Proof of continuity of stochastic processes defined by Ito integrals

Question

I'm currently trying to understand the proof of Theorem 4.6.2 in Kuo, Hui-Hsiung: Introduction to Stochastic Integration:

Suppose $f \in L^2_{ad} ([a,b] \times \Omega )$, then the stochastic process $$X_t = \int_a^t f(s) dB(s), \hspace{3mm} a \leq t \leq b$$ is continuous, namely, all of its sample paths are continuous functions on the interval $[a,b]$.

I hope the notation is clear. This theorem is first proven for stochastic step functions, i.e. if $ \{ \mathcal{F}_t | a \leq t \leq b \} $ is the natural filtration given by the Brownian motion $B(t)$ and $\{ t_0, t_1, \dots , t_n \}$ is a partition of the interval $[a,b]$, let $f(t,\omega) = \sum_{k = 1}^n \xi_{k-1}(\omega) \cdot 1_{(t_{i-1},t_i]}$ with $\xi_{k-1}$ being $\mathcal{F}_{t_i}$-measurable.

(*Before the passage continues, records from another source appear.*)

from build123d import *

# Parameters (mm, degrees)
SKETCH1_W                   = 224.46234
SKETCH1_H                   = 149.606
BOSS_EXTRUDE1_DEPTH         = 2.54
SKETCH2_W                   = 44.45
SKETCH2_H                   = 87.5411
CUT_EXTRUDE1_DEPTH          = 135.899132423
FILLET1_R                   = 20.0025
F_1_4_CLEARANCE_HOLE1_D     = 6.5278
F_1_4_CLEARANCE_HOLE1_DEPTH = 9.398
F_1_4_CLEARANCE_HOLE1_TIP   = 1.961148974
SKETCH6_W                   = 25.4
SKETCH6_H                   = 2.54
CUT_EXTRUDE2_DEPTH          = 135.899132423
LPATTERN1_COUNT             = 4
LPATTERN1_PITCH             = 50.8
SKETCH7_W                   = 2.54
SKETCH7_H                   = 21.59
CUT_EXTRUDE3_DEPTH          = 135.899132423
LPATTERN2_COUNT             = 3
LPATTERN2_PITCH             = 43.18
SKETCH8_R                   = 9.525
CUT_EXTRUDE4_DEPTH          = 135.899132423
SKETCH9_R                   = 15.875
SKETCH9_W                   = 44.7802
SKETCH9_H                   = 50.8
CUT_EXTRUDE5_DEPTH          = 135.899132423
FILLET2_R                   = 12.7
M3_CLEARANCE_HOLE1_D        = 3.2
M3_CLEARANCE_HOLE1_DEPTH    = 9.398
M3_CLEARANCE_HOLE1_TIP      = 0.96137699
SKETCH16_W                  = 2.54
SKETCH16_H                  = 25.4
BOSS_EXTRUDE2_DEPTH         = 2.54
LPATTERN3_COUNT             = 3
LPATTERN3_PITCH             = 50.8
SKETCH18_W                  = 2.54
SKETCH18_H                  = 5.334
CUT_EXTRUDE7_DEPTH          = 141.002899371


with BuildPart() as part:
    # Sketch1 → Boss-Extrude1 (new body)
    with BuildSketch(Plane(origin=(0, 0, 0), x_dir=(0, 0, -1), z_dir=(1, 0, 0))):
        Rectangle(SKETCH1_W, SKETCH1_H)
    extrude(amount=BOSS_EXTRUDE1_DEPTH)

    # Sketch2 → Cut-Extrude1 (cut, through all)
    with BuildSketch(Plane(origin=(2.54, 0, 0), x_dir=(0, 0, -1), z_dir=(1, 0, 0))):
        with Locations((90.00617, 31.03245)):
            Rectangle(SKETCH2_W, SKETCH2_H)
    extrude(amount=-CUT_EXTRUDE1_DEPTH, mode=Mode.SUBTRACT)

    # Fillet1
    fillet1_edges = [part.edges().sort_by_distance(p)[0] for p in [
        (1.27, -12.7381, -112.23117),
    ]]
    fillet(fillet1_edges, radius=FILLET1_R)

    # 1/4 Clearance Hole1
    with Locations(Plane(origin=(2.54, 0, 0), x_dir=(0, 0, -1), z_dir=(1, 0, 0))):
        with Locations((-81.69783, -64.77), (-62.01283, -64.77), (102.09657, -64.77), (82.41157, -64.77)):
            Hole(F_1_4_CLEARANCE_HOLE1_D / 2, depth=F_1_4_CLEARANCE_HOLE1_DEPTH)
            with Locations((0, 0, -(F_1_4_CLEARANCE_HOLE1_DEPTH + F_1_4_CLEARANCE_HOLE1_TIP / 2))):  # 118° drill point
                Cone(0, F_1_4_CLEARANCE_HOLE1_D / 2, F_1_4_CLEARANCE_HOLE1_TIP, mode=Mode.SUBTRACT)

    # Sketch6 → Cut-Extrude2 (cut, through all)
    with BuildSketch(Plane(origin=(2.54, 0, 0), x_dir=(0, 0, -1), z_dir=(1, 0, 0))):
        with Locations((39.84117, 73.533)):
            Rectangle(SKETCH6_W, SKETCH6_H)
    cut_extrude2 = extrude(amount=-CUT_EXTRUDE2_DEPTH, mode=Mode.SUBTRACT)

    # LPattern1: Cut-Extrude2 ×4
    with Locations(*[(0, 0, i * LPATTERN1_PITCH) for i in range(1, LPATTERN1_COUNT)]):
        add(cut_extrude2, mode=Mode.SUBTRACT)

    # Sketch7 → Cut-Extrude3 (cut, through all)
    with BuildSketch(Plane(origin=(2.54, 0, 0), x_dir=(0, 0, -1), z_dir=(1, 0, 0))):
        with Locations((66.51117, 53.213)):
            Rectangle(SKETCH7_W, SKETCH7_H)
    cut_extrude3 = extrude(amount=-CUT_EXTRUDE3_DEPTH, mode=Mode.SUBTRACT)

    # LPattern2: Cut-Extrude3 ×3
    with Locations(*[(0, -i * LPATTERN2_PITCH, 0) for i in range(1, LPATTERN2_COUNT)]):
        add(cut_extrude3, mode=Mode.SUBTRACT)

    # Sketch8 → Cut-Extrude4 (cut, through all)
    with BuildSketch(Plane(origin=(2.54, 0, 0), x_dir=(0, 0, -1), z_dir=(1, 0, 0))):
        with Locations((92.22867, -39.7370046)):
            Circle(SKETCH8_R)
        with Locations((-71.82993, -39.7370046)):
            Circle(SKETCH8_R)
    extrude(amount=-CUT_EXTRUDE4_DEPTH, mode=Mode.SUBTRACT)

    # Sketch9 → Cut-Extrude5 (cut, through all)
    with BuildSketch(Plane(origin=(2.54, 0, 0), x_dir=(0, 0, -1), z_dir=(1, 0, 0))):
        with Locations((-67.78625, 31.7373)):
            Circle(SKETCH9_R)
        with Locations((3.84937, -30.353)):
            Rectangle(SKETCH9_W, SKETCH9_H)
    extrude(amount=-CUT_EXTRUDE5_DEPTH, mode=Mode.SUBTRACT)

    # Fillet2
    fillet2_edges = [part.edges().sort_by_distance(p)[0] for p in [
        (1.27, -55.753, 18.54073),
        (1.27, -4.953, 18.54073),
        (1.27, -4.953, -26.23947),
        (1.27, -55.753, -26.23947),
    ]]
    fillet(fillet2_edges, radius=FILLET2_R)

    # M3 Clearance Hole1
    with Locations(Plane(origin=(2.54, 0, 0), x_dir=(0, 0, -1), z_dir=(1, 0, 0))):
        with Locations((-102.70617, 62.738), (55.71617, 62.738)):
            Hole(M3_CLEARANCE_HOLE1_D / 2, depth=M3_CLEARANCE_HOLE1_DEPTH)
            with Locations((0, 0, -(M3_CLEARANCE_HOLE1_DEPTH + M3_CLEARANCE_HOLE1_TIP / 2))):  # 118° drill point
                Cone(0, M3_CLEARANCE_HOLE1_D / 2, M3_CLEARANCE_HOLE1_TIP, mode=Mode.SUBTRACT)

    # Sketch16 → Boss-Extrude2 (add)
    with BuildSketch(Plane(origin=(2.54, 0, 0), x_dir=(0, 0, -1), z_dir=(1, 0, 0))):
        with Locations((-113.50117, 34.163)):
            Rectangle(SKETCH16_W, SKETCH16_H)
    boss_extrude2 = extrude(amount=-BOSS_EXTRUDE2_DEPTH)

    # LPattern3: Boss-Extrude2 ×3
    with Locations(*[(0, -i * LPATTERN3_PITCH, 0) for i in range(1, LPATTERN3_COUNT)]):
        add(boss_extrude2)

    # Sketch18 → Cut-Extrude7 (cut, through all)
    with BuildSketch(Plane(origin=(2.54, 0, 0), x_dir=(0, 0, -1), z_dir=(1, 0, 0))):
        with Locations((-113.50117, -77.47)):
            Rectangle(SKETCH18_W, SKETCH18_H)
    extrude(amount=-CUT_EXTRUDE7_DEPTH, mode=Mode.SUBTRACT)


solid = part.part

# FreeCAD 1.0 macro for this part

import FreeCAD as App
import Part
import Sketcher
from FreeCAD import Vector
Q = App.Units.Quantity


def edges_at(feature, points):
    """Names of the edges that pass closest to the given points."""
    edges = feature.Shape.Edges
    near = lambda p: min(range(len(edges)), key=lambda i: edges[i].distToShape(Part.Vertex(*p))[0])
    return sorted({f"Edge{near(p) + 1}" for p in points})


def add_polygon(sketch, points):
    """Adds a closed chain of lines whose ends are joined by coincident constraints."""
    first, n = sketch.GeometryCount, len(points)
    for a, b in zip(points, points[1:] + points[:1]):
        sketch.addGeometry(Part.LineSegment(App.Vector(*a, 0), App.Vector(*b, 0)), False)
    for i in range(n):
        sketch.addConstraint(Sketcher.Constraint("Coincident", first + i, 2, first + (i + 1) % n, 1))

doc = App.newDocument("Part")
params = doc.addObject("Spreadsheet::Sheet", "Params")
for row, (alias, value) in enumerate([
    ("sketch1_width", "5.89 in"),
    ("pad1_length", "0.1 in"),
    ("sketch2_height", "1.75 in"),
    ("fillet_radius", "0.7875 in"),
    ("sketch3_diameter", "0.257 in"),
    ("hole_diameter", "0.257 in"),
    ("hole_depth", "0.37 in"),
    ("sketch4_height", "1 in"),
    ("sketch4_width", "0.1 in"),
    ("linearpattern_pitch", "2 in"),
    ("sketch5_height", "0.1 in"),
    ("sketch5_width", "0.85 in"),
    ("linearpattern2_pitch", "1.7 in"),
    ("sketch6_diameter", "0.75 in"),
    ("sketch7_diameter", "1.25 in"),
    ("sketch7_width", "2 in"),
    ("sketch7_height", "1.763 in"),
    ("fillet2_radius", "0.5 in"),
    ("hole2_diameter", "3.2 mm"),
    ("hole2_depth", "0.37 in"),
    ("sketch9_width", "1 in"),
    ("sketch9_height", "0.1 in"),
    ("pad2_length", "0.1 in"),
    ("linearpattern3_pitch", "2 in"),
    ("sketch10_height", "0.1 in"),
    ("sketch10_width", "0.21 in"),
], start=1):
    params.set(f"A{row}", alias)
    params.set(f"B{row}", "=" + value)
    params.setAlias(f"B{row}", alias)

body = doc.addObject("PartDesign::Body", "Body")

The particular step of the proof that strikes me as odd is the following:

We know that for the given $f$, there exists a sequence of stochastic step functions $f_n$ with $$\lim_{n \to \infty} \int_a^b E(|f(t) - f_n(t)|)^2 dt = 0. $$Define for every $n \in \mathbb{N}, a \leq t \leq b$: $$ X_t^{(n)} := \int_a^t f_n(s) dB(s), \hspace{3mm} X_t:= \int_a^t f(s) dB(s).$$ Then, $X_t - X_t^{(n)}$ is a martingale, as we already know that such an Ito integral is a martingale with respect to the filtration $\{\mathcal{F}_t \}$. We can then apply Doob's submartingale inequality: $$ P \lbrace \sup_{a \leq t \leq b} |X_t - X_t^{(n)}| \geq \frac{1}{n} \rbrace \leq n E|X_b - X_b^{(n)}|$$

What this however totally seems to ignore, is that in order to be able to use this inequality, we need our martingale to be right continuous i.e. almost every sample path needs to be right continuous, which is not mentioned in this proof. Is it somehow obvious that the given martingale is right continuous, by continuity of the step functions $f_n$? Or by some other means? Or is this just not allowed? I have no idea. I hope someone can help me, if there is some uncommon notation that I forgot to explain, please let me know.

Answer 1

Two ways to fix this:

• Any martingale with respect to a nice filtration (i.e. a filtration satisfying the usual conditions) has a càdlàg modification. This means that we can assume without loss of generality that the process has càdlàg sample paths. In the case of Brownian motion, the completion of the canonical filtration satisfies indeed the usual conditions.
• Instead of applying Doob's inequality to $X_t-X_t^{(n)}$ apply it to $X_t^{(m)}-X_t^{(n)}$. Then we get that $$\sup_{a \leq t \leq b} |X_t^{(n)}-X_t^{(m)}| \to 0$$ in $L^2$. By the completeness of $L^2$, there exists a process $Y$ such that $$\sup_{a \leq t \leq b} |X_t^{(n)}-Y_t| \to 0$$ in $L^2$. Choosing a convergent subsequence, we find in particular that $(Y_t)_{t \in [a,b]}$ has continuous sample paths (as a uniform limit of continuous functions). On the other hand, we know from the construction of the Itô integral that $(X_t^{(n)})$ converges to $(X_t)_t$ and therefore, by the uniqueness of limits, $(X_t)=(Y_t)_t$. (Sorry that this part is a bit hand-waving; I don't own the mentioned book, so I don't know how Kuo/Hui-Hsiung define the stochastic integral. For more details see e.g. René Schilling/Lothar Partzsch: Brownian Motion - An Introduction to Stochastic Processes.)